Di pagi hari yang cerah di hari peringatan Kebangkitan Nasional 1998 itu, mahasiswa berbaris dengan amat tertib menyuarakan “mantra” sakti reformasi menuju Alun-alun Utara. Mereka pergi untuk mendengarkan maklumat yang akan dibacakan sebagai semacam pernyataan politik Sri Sultan.

Di era reformasi, bersama Gus Dur, Megawati dan Amien Rais, Sultan Hamengku Buwono X menjadi tokoh yang selalu diperhitungkan. Legitimasi mereka berempat sebagai tokoh-tokoh yang dipercaya rakyat bahkan melebihi legitimasi yang dimiliki lembaga formal seperti DPR. Mereka berempat adalah deklarator Ciganjur, yang lahir justru ketika MPR sedang melakukan bersidang. Mereka berempat, plus Nurcholis Madjid dan beberapa tokoh nasional lain, diundang Pangab Jenderal TNI Wiranto untuk ikut mengupayakan keselamatan bangsa, setelah pristiwa kerusuhan di Ambon.

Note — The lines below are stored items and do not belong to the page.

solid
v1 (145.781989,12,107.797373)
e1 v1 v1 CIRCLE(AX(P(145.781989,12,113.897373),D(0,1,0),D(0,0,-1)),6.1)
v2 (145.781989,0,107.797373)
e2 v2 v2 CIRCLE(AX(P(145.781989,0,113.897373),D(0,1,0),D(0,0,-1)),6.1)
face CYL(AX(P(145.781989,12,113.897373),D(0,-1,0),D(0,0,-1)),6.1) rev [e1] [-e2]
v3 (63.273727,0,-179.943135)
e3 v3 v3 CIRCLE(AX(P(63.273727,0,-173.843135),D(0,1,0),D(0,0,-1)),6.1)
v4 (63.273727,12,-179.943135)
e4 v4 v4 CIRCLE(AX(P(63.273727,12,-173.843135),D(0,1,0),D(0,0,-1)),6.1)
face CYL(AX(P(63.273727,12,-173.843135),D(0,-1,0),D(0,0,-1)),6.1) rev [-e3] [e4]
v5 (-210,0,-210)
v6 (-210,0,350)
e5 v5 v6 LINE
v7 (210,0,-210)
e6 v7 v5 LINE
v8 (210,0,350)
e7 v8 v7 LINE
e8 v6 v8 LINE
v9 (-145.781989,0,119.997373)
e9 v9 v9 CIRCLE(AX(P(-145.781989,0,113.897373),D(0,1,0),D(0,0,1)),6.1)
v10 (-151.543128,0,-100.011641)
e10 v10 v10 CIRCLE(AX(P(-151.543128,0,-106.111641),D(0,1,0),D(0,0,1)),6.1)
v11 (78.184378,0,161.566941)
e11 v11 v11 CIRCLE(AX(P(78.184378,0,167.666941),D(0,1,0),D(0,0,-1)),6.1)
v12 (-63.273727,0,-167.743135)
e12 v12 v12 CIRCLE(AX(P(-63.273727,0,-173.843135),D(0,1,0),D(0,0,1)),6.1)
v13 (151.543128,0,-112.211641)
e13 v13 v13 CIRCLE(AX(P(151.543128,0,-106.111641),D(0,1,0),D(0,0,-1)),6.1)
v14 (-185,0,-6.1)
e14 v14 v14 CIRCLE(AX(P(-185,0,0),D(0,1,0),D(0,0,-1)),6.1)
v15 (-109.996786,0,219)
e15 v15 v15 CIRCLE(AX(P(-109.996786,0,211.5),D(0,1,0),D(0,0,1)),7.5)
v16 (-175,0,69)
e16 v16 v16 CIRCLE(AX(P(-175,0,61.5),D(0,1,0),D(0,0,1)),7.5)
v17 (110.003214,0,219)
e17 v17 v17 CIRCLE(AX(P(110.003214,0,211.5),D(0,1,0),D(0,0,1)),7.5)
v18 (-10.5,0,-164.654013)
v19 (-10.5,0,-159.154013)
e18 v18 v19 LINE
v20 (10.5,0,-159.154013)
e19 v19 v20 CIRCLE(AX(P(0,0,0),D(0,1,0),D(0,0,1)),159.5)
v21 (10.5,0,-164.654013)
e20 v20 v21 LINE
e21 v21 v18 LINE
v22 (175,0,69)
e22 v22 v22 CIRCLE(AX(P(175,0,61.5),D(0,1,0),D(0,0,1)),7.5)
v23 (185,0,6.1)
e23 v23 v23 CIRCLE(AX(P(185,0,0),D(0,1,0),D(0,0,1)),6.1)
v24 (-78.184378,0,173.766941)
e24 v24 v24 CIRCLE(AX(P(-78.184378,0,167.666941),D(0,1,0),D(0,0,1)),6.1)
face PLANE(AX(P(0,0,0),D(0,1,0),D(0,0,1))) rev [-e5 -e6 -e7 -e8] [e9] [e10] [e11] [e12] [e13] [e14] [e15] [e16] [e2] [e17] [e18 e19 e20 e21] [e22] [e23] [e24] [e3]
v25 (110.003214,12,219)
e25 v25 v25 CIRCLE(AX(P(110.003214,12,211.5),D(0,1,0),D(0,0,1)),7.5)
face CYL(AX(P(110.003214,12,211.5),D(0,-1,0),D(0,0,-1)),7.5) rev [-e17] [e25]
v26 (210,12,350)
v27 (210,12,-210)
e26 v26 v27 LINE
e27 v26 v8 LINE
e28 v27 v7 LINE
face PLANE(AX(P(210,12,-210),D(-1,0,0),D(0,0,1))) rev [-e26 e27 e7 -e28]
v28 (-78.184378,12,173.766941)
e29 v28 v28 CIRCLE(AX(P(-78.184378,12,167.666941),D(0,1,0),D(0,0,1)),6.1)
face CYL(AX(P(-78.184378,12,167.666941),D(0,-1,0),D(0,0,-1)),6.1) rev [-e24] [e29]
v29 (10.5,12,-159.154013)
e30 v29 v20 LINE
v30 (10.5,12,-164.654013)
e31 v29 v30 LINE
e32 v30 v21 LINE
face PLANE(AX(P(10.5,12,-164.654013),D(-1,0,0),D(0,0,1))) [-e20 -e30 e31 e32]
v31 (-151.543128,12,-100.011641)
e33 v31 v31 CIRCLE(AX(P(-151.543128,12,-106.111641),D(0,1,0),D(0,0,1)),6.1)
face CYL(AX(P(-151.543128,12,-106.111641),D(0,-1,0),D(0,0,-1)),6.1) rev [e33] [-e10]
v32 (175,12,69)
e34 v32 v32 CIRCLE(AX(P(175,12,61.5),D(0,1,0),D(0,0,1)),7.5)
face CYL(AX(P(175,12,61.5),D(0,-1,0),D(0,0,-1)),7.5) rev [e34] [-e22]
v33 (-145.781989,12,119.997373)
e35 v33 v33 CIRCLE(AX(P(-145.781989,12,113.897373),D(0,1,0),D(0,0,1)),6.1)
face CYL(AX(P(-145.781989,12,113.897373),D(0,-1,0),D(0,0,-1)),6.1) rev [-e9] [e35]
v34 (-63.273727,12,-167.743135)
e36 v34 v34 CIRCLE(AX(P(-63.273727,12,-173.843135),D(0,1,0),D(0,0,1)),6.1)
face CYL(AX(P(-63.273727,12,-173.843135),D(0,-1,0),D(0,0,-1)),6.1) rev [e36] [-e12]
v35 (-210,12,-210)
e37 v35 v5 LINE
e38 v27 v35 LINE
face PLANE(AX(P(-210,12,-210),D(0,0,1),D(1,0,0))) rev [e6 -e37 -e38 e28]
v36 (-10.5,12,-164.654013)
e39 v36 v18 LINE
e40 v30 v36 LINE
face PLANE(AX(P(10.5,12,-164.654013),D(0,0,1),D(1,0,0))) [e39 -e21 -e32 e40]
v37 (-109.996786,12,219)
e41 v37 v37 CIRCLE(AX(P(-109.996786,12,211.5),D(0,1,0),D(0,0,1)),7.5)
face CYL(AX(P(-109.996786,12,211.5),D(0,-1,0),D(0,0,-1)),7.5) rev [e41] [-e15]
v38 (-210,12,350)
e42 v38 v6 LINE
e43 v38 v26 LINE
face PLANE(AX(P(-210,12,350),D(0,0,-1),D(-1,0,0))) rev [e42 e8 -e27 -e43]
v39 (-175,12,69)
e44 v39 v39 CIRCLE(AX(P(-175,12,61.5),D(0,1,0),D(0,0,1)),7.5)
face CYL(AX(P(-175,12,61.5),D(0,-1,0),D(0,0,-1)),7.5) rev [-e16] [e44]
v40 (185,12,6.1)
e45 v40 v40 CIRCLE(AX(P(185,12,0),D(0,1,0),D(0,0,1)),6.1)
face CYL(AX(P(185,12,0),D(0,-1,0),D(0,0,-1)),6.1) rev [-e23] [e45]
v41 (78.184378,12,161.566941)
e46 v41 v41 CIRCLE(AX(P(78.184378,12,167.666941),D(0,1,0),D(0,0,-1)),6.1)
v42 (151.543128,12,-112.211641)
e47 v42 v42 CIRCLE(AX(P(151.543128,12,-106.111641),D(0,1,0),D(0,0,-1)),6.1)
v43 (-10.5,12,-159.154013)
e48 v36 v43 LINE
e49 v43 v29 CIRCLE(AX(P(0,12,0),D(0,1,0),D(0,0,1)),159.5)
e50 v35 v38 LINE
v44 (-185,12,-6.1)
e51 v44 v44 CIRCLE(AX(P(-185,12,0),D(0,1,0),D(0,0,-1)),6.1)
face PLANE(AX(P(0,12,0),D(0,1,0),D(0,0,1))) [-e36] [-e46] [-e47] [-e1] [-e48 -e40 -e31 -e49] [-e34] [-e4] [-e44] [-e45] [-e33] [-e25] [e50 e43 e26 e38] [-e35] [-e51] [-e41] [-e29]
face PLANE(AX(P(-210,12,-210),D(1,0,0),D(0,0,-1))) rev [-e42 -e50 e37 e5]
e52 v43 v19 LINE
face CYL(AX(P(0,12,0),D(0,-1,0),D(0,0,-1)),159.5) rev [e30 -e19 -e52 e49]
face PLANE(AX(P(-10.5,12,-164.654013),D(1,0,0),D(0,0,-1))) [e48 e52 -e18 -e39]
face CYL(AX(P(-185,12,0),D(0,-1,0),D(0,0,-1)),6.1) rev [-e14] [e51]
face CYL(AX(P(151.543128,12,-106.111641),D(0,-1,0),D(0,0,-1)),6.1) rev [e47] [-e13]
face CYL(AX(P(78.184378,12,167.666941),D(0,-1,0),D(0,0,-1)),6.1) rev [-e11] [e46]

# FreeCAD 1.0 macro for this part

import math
import FreeCAD as App
import Part
import Sketcher
Q = App.Units.Quantity


def add_polygon(sketch, points):
    """Adds a closed chain of lines whose ends are joined by coincident constraints."""
    first, n = sketch.GeometryCount, len(points)
    for a, b in zip(points, points[1:] + points[:1]):
        sketch.addGeometry(Part.LineSegment(App.Vector(*a, 0), App.Vector(*b, 0)), False)
    for i in range(n):
        sketch.addConstraint(Sketcher.Constraint("Coincident", first + i, 2, first + (i + 1) % n, 1))

doc = App.newDocument("Part")
body = doc.addObject("PartDesign::Body", "Body")

# Sketch on XZ plane
sketch1 = doc.addObject("Sketcher::SketchObject", "Sketch")
body.addObject(sketch1)
sketch1.AttachmentSupport = (doc.XZ_Plane, [""])
sketch1.MapMode = "FlatFace"
add_polygon(sketch1, [(-210, -210), (-210, 350), (210, 350), (210, -210)])  # lines 0-3
sketch1.addGeometry(Part.Circle(App.Vector(-109.996786, 211.5, 0), App.Vector(0, 0, 1), 7.5), False)  # 4
sketch1.addGeometry(Part.Circle(App.Vector(-78.184378, 167.666941, 0), App.Vector(0, 0, 1), 6.1), False)  # 5
sketch1.addGeometry(Part.Circle(App.Vector(-145.781989, 113.897373, 0), App.Vector(0, 0, 1), 6.1), False)  # 6
sketch1.addGeometry(Part.Circle(App.Vector(-175, 61.5, 0), App.Vector(0, 0, 1), 7.5), False)  # 7
sketch1.addGeometry(Part.Circle(App.Vector(78.184378, 167.666941, 0), App.Vector(0, 0, 1), 6.1), False)  # 8
sketch1.addGeometry(Part.Circle(App.Vector(110.003214, 211.5, 0), App.Vector(0, 0, 1), 7.5), False)  # 9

Namun, selang beberapa tahun kemudian, keempat tokoh Ciganjur itu “pecah” dan tampak berjalan sendiri-sendiri. Bahkan salah satu di antaranya saling hujat-menghujat. Kondisi ini sempat menimbulkan gejolak politik di tanah air. Sri Sultan Hamengku Buwono X yang dikenal “netral” di antara berbagai kepentingan partai politik dan pemerintah, akhirnya mempertemukan tokoh-tokoh Ciganjur itu, plus Akbar Tanjung, pada 1 Agustus 2000 di Keraton Jogjakarta.
Menghadapi gejolak reformasi, Sultan memang menyikapinya tidak hanya dengan pemikiran, pendirian, dan tindakan politik, tetapi juga dengan laku kultural. “Bukan maksud saya mengabaikan peran mahasiswa. Saya hanya mendukung gerakan itu (reformasi) dengan laku kultural”, katanya.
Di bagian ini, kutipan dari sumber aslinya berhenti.